Cowley's mouth twitched. "Quite." He was at his dourest and most Scots; a sure sign that he was concealing some unwanted emotion. "However, there is some concern at higher levels that some of these homosexuals may be planning more dangerous stunts. I have been requested to send out an undercover operative who can, so to say, 'pass', to find out the truth of it."

For a moment, Bodie couldn't believe his ears. "You what? You expect me to - "

"No nonsense, Bodie!" Cowley snapped. "I don't expect you to do this - I'm ordering it."

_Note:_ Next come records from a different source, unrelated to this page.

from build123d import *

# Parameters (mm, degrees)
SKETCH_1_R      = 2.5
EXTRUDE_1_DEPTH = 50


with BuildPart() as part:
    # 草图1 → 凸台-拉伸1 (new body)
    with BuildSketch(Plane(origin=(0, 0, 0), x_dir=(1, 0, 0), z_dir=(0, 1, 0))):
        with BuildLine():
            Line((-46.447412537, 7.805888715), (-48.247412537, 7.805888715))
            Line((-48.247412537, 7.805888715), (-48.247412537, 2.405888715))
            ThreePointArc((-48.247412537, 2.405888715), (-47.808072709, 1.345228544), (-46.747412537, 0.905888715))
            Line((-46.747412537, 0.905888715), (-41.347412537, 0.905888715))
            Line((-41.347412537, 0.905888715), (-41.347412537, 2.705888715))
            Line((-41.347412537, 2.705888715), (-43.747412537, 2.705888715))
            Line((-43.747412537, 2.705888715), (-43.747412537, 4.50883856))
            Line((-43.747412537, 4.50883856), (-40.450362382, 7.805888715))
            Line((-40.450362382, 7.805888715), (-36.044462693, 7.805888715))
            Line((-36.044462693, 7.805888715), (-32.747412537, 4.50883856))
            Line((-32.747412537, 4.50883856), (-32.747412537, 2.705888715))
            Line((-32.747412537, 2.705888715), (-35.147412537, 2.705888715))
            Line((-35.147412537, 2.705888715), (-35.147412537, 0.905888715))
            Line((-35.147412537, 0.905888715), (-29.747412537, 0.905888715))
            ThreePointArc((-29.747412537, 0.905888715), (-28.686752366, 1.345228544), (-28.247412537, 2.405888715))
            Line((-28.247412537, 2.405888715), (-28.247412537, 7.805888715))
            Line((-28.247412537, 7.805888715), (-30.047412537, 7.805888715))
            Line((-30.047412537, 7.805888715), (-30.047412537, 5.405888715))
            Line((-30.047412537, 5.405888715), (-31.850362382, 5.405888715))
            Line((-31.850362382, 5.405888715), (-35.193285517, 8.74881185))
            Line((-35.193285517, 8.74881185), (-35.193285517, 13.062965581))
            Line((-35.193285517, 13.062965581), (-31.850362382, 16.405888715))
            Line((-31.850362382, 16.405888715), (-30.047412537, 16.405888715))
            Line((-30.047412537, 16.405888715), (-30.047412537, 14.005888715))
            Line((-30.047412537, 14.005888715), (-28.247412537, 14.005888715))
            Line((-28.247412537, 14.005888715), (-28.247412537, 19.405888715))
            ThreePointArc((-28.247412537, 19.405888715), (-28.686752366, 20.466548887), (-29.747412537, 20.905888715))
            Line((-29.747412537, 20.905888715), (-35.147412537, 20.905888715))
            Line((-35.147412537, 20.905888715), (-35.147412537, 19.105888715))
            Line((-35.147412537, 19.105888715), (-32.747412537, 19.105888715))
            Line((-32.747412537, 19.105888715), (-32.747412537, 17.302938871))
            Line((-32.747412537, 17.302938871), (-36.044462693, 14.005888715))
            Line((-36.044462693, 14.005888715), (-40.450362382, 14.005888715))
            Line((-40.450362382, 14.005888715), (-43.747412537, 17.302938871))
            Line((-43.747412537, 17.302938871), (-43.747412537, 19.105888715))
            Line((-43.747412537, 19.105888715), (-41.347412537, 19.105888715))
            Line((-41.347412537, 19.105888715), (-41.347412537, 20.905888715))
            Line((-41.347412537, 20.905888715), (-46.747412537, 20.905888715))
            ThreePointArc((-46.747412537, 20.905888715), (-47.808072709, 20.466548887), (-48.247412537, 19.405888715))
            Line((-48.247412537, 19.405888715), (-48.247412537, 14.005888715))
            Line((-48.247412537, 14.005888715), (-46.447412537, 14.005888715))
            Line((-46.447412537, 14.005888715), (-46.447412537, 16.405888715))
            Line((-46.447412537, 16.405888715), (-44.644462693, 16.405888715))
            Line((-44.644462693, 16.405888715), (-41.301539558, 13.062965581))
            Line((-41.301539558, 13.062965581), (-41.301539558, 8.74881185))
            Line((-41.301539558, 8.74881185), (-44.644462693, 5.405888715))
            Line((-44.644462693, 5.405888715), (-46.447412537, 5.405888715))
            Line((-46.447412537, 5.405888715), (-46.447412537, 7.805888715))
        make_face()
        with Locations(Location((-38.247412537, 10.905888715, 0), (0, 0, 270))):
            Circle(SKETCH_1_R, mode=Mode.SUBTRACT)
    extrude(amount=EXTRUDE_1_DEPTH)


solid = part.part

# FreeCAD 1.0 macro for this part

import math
import FreeCAD as App
import Part
import Sketcher
from FreeCAD import Vector
Q = App.Units.Quantity

doc = App.newDocument("Part")
body = doc.addObject("PartDesign::Body", "Body")

sketch1 = doc.addObject("Sketcher::SketchObject", "Sketch")
body.addObject(sketch1)
sketch1.AttachmentSupport = (doc.XZ_Plane, [""])
sketch1.MapMode = "FlatFace"
sketch1.addGeometry([
    Part.LineSegment(Vector(-46.447413, -7.805889, 0), Vector(-48.247413, -7.805889, 0)),
    Part.LineSegment(Vector(-48.247413, -7.805889, 0), Vector(-48.247413, -2.405889, 0)),
    Part.ArcOfCircle(Part.Circle(Vector(-46.747413, -2.405889, 0), Vector(0, 0, 1), 1.5), math.radians(90), math.radians(180)),
    Part.LineSegment(Vector(-46.747413, -0.905889, 0), Vector(-41.347413, -0.905889, 0)),
    Part.LineSegment(Vector(-41.347413, -0.905889, 0), Vector(-41.347413, -2.705889, 0)),
    Part.LineSegment(Vector(-41.347413, -2.705889, 0), Vector(-43.747413, -2.705889, 0)),
    Part.LineSegment(Vector(-43.747413, -2.705889, 0), Vector(-43.747413, -4.508839, 0)),
    Part.LineSegment(Vector(-43.747413, -4.508839, 0), Vector(-40.450362, -7.805889, 0)),
    Part.LineSegment(Vector(-40.450362, -7.805889, 0), Vector(-36.044463, -7.805889, 0)),
    Part.LineSegment(Vector(-36.044463, -7.805889, 0), Vector(-32.747413, -4.508839, 0)),
    Part.LineSegment(Vector(-32.747413, -4.508839, 0), Vector(-32.747413, -2.705889, 0)),
    Part.LineSegment(Vector(-32.747413, -2.705889, 0), Vector(-35.147413, -2.705889, 0)),
    Part.LineSegment(Vector(-35.147413, -2.705889, 0), Vector(-35.147413, -0.905889, 0)),
    Part.LineSegment(Vector(-35.147413, -0.905889, 0), Vector(-29.747413, -0.905889, 0)),
    Part.ArcOfCircle(Part.Circle(Vector(-29.747413, -2.405889, 0), Vector(0, 0, 1), 1.5), math.radians(0), math.radians(90)),
    Part.LineSegment(Vector(-28.247413, -2.405889, 0), Vector(-28.247413, -7.805889, 0)),
    Part.LineSegment(Vector(-28.247413, -7.805889, 0), Vector(-30.047413, -7.805889, 0)),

The dark-haired man slumped further down in his chair, regarding Cowley with slitted eyes. "I see. What exactly am I supposed to do?"

"Infiltrate your way into as many homosexual groups as possible. Report back to me at least once a week with a written report on what they are planning. Use this telephone number - " Cowley scribbled it on a scrap of paper and handed it across the desk - "if you hear of anything that would require more immediate reporting, and especially anything violent."

Bodie took the number, glanced at it, and slipped the paper into his wallet. "Just that, for six weeks?"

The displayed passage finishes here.